#### Material provided
┄┄┄┄┄┄┄┄┄┄┄┄┄┄┄┄┄┄┄┄

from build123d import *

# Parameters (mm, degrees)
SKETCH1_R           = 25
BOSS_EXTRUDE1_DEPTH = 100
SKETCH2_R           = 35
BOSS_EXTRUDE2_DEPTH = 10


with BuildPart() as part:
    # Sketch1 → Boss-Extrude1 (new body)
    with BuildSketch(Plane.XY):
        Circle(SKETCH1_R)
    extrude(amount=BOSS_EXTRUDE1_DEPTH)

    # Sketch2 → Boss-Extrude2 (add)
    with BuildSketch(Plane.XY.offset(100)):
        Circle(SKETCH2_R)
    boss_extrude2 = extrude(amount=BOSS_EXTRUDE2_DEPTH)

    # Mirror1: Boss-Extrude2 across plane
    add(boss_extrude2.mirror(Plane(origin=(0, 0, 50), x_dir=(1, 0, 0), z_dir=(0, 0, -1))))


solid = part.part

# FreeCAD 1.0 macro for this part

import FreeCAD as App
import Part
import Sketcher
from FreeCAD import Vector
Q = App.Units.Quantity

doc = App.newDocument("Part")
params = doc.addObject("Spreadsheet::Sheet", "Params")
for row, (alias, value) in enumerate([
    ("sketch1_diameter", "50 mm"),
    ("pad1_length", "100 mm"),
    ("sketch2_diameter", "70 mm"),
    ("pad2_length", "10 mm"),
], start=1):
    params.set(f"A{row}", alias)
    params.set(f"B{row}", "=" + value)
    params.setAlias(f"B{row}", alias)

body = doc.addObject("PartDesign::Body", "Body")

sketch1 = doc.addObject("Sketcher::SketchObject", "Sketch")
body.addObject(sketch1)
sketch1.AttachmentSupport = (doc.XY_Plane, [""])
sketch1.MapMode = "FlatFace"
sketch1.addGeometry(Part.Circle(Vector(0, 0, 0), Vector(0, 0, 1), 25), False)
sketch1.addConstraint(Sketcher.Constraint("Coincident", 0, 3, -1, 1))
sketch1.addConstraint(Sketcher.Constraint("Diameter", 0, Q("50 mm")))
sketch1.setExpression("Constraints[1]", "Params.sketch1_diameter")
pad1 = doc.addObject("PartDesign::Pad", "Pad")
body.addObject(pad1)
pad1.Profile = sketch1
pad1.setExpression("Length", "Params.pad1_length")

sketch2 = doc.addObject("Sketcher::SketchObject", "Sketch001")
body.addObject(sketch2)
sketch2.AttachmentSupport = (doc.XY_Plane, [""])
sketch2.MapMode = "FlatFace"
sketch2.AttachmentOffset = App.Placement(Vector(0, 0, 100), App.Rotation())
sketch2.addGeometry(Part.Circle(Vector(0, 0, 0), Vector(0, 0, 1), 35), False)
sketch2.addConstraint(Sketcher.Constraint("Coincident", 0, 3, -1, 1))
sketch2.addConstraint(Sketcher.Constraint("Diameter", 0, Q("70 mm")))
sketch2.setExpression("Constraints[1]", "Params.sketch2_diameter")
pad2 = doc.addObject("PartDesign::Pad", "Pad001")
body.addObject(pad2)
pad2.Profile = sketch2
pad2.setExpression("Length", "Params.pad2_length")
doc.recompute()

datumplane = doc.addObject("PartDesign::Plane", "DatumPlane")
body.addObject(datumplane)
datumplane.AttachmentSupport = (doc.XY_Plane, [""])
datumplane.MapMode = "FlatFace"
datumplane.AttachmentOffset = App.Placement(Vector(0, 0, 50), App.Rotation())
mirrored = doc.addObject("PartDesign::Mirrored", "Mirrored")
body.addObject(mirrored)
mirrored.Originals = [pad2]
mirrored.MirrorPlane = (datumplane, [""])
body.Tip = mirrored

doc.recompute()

┄┄┄┄┄┄┄┄┄┄┄┄┄┄┄┄┄┄┄┄

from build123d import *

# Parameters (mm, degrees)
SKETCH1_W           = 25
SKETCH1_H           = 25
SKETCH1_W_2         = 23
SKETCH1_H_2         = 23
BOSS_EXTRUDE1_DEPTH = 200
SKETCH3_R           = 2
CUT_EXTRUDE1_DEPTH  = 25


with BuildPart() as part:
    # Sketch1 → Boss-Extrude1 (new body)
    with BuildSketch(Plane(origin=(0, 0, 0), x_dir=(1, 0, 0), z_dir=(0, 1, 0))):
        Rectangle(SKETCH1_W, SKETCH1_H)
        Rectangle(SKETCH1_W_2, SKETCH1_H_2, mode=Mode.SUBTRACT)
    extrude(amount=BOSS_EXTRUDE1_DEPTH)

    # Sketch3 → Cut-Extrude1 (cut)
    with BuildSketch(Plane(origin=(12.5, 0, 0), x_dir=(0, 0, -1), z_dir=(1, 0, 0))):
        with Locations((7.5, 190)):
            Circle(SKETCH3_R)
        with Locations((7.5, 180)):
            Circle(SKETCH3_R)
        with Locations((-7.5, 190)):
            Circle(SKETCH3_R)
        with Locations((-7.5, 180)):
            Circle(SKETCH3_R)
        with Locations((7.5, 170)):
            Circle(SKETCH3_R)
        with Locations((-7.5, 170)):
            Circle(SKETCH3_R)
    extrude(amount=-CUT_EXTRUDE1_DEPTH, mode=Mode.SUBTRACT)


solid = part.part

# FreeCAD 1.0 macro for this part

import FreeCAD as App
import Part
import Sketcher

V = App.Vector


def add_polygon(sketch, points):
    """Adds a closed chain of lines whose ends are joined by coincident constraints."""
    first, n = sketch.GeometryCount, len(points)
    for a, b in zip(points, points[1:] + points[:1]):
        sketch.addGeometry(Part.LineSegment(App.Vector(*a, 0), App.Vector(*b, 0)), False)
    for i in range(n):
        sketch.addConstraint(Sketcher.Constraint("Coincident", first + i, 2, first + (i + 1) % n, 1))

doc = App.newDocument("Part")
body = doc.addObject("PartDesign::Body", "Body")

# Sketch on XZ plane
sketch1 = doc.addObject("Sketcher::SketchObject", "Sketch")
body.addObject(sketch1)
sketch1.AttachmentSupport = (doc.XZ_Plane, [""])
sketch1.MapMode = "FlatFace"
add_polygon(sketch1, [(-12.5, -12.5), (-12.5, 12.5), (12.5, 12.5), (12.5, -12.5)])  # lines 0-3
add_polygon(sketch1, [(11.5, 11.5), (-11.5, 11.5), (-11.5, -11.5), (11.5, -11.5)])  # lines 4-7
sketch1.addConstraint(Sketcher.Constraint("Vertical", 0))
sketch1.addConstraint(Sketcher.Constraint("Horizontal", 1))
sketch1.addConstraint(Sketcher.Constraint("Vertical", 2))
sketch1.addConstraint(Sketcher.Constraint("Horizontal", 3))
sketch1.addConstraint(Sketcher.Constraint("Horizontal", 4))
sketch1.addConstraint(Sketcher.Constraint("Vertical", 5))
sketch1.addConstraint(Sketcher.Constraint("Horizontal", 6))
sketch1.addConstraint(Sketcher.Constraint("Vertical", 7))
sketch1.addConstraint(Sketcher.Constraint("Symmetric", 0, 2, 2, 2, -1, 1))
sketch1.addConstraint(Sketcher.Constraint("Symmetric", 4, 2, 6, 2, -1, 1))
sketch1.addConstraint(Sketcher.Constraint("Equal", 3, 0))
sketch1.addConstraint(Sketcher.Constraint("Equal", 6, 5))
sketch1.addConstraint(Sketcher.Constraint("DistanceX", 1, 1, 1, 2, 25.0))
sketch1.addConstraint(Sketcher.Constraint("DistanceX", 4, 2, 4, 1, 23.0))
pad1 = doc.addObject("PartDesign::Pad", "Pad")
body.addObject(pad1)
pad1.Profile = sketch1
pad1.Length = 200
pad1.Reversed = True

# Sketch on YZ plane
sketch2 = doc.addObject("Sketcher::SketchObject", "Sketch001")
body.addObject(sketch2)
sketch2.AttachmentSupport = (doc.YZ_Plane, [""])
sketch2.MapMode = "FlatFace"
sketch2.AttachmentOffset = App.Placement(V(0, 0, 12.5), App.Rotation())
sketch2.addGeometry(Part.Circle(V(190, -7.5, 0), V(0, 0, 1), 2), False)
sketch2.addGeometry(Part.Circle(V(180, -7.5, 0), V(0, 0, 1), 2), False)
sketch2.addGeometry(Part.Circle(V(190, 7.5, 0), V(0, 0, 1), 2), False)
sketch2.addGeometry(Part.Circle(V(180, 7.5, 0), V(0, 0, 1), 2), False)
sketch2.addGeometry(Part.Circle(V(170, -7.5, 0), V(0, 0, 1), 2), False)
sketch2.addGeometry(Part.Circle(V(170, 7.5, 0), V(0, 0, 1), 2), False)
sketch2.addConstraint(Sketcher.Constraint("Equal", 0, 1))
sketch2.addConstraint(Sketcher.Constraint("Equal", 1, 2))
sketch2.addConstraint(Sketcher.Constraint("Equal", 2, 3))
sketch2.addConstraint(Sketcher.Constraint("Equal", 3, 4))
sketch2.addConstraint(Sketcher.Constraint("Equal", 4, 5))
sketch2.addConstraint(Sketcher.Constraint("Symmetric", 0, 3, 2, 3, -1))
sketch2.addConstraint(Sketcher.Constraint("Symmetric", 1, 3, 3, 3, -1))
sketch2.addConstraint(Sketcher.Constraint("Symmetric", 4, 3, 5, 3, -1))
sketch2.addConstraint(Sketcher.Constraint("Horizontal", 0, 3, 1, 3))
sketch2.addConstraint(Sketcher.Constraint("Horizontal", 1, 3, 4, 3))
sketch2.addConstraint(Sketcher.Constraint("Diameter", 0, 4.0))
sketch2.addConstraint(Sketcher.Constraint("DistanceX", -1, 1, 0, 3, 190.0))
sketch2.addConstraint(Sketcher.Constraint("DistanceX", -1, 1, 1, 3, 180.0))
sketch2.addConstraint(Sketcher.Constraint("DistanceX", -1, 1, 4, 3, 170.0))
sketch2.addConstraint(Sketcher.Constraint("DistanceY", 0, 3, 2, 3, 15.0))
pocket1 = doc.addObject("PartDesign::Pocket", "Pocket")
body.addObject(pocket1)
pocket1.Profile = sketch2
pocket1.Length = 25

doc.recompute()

┄┄┄┄┄┄┄┄┄┄┄┄┄┄┄┄┄┄┄┄

#### Directions for this task
Which lines of the entries above contain the word "Locations"? Copy each of them.

#### Answer area
        with Locations((7.5, 190)):
        with Locations((7.5, 180)):
        with Locations((-7.5, 190)):
        with Locations((-7.5, 180)):
        with Locations((7.5, 170)):
        with Locations((-7.5, 170)):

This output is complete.